Ultimate Keyword Hunter (UKH): This is a free download, and is the poor man’s version of Onpage.org. It generally returns very similar results to OnPage.org, but requires more work to filter and rank the importance of relevant terms.
- UKH runs through the same crawling process as OnPage.org, but does not calculate TF-IDF. Figuring out the most important terms is more work.
- It does return aggregate keyword densities as well as the term frequency and how many sites use the term. Pretty handy.
- UKH will go as deep as you want into the SERPs, and gives the opportunity to exclude sites like Youtube videos from the calculations.
- UKH also has a content evaluation tool.
- UKH also provides results for multi-word relevant terms
How to Optimize Content Using TF-IDF and Co-Occurrence
I prefer to use both tools. I use UKH to expand the results I get from OnPage.org.
- Create a list of closely related target keyword phrases that you want to rank for. Ex: Women’s Clothing, Ladies Apparel, Women’s Apparel, etc. The keywords need to be virtual synonyms.
- Run reports in one or both tools for each of your target keywords. Make sure to filter out sites like Youtube, as well as your own page.
- Start with multi-word terms and work downward. If a relevant 3 word relevant term is “red cotton dress”, you can eliminate “red”, “cotton”, “dress”, “red cotton” and “cotton dress” from the related terms list.
- You can generally eliminate words that don’t fit into the theme. If you are analyzing eCommerce pages, you’ll see words and phrases like “add to cart”.
- Combine your lists and rank them by importance.
- For highly competitive keywords, I often try to incorporate 50-100 relevant terms.
- Try and include the top 10 relevant terms in the first 2 paragraphs and H2s.
- When the content is finished, put it back into one of the tools for evaluation and minor tweaks
- Give the keyword list to your writer with the following instructions:
- Write for end-users, not Google. Text should be very natural and readable.
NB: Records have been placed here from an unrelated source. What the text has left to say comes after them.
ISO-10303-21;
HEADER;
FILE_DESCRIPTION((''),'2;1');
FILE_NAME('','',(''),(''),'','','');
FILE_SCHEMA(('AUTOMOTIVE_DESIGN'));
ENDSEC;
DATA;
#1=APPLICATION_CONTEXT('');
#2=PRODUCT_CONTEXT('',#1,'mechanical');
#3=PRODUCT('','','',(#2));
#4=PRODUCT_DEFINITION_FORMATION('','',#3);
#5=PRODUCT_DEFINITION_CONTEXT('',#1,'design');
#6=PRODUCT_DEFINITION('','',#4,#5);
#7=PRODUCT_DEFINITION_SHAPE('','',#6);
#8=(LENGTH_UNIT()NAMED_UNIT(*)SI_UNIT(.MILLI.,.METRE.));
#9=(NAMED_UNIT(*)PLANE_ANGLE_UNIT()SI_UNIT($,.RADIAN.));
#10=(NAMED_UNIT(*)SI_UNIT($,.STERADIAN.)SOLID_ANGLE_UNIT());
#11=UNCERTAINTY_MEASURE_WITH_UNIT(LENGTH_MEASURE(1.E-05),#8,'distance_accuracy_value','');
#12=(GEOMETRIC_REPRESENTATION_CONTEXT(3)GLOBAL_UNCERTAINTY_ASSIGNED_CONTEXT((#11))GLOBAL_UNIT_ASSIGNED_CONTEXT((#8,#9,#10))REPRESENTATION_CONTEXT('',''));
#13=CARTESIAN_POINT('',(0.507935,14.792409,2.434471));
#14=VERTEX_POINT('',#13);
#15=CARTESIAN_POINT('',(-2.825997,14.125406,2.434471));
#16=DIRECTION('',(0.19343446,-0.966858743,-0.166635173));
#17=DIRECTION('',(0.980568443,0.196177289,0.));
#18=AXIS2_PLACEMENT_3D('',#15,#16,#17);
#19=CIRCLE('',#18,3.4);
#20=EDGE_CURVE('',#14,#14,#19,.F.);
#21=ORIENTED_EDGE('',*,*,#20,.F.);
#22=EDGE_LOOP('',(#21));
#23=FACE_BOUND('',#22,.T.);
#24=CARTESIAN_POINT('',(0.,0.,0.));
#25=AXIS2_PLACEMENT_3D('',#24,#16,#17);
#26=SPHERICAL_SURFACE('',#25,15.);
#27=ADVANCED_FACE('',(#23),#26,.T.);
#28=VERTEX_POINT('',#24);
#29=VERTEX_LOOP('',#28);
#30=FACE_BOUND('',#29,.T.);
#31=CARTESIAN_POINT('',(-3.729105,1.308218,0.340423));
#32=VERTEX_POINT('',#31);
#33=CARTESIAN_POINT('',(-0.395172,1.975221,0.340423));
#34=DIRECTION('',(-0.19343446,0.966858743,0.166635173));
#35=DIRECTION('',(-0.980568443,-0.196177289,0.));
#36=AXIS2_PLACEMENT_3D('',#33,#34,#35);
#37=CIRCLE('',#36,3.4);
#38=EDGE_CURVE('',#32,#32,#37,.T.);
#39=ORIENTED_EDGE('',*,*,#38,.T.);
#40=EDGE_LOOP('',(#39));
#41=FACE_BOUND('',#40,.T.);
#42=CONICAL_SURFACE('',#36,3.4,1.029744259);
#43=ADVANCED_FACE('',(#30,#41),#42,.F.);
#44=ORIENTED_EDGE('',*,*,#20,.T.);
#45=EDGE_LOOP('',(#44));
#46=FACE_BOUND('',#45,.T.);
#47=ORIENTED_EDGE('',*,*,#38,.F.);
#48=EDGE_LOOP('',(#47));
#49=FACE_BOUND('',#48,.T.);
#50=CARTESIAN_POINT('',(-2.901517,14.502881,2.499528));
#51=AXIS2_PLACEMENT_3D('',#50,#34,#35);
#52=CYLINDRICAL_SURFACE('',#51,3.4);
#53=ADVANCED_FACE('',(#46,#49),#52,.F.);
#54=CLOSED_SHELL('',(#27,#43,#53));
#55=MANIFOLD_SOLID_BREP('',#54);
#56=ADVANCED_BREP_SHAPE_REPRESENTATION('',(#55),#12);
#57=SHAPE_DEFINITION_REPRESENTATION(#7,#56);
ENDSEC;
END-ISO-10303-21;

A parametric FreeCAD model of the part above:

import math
import FreeCAD as App
import Part
import Sketcher
from FreeCAD import Vector
Q = App.Units.Quantity

doc = App.newDocument("Part")
body = doc.addObject("PartDesign::Body", "Body")

sketch1 = doc.addObject("Sketcher::SketchObject", "Sketch")
body.addObject(sketch1)
sketch1.AttachmentSupport = (doc.XY_Plane, [""])
sketch1.MapMode = "FlatFace"
sketch1.addGeometry([
    Part.LineSegment(Vector(-1, -15, 0), Vector(1, 15, 0)),
    Part.ArcOfCircle(Part.Circle(Vector(0, 0, 0), Vector(0, 0, 1), 15), math.radians(87), math.radians(267)),
], False)
sketch1.addGeometry(Part.LineSegment(Vector(1, 15, 0), Vector(-1, -15, 0)), True)
sketch1.addConstraint([
    Sketcher.Constraint("Coincident", 0, 1, 1, 2),
    Sketcher.Constraint("Coincident", 1, 1, 0, 2),
    Sketcher.Constraint("Coincident", 1, 3, -1, 1),
    Sketcher.Constraint("Coincident", 2, 1, 1, 1),
    Sketcher.Constraint("Coincident", 2, 2, 0, 1),
    Sketcher.Constraint("Radius", 1, 15.0),
    Sketcher.Constraint("DistanceY", 0, 1, 1, 1, 29.970632),
    Sketcher.Constraint("DistanceX", 0, 1, -1, 1, 0.663556),
])
revolution = doc.addObject("PartDesign::Revolution", "Revolution")
body.addObject(revolution)
revolution.Profile = sketch1
revolution.ReferenceAxis = (sketch1, ["Axis0"])
revolution.Angle = 360

sketch2 = doc.addObject("Sketcher::SketchObject", "Sketch001")
body.addObject(sketch2)
sketch2.Placement = App.Placement(Vector(-2.901517, 14.502881, 2.499528), App.Rotation(Vector(-0.680275758, -0.254558791, 0.687331591), Vector(0.193434461, -0.966858743, -0.166635173), Vector(0.706971006, 0.019595747, 0.706971006), "ZXY"))
sketch2.addGeometry([
    Part.LineSegment(Vector(0, 15, 0), Vector(0, 0, 0)),
    Part.LineSegment(Vector(0, 0, 0), Vector(3.4, 0, 0)),
    Part.LineSegment(Vector(3.4, 0, 0), Vector(3.4, 13, 0)),
    Part.LineSegment(Vector(3.4, 13, 0), Vector(0, 15, 0)),
], False)
sketch2.addConstraint([
    Sketcher.Constraint("Coincident", 0, 2, 1, 1),
    Sketcher.Constraint("Coincident", 1, 2, 2, 1),
    Sketcher.Constraint("Coincident", 2, 2, 3, 1),
    Sketcher.Constraint("Coincident", 3, 2, 0, 1),
    Sketcher.Constraint("Vertical", 0),
    Sketcher.Constraint("Horizontal", 1),
    Sketcher.Constraint("Vertical", 2),
    Sketcher.Constraint("Coincident", 0, 2, -1, 1),
    Sketcher.Constraint("DistanceY", 0, 2, 0, 1, 15.0),
    Sketcher.Constraint("Angle", 3, Q("149 deg")),
    Sketcher.Constraint("DistanceX", 1, 1, 1, 2, 3.4),
])
groove = doc.addObject("PartDesign::Groove", "Groove")
body.addObject(groove)
groove.Profile = sketch2
groove.ReferenceAxis = (sketch2, ["V_Axis"])
groove.Angle = 360

doc.recompute()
- Try and incorporate as many of the top relevant terms into your first 2 paragraphs as possible.
- No Keyword Stuffing!
- Try and incorporate as many of your top terms as possible into subheadings.
My writers generally don’t complain about these instructions since I am giving them relevant terms to include. Try writing an article about SEO without using words like Google, rankings, keywords, pages, links, etc.!
Good Luck! I’d love to hear about your results!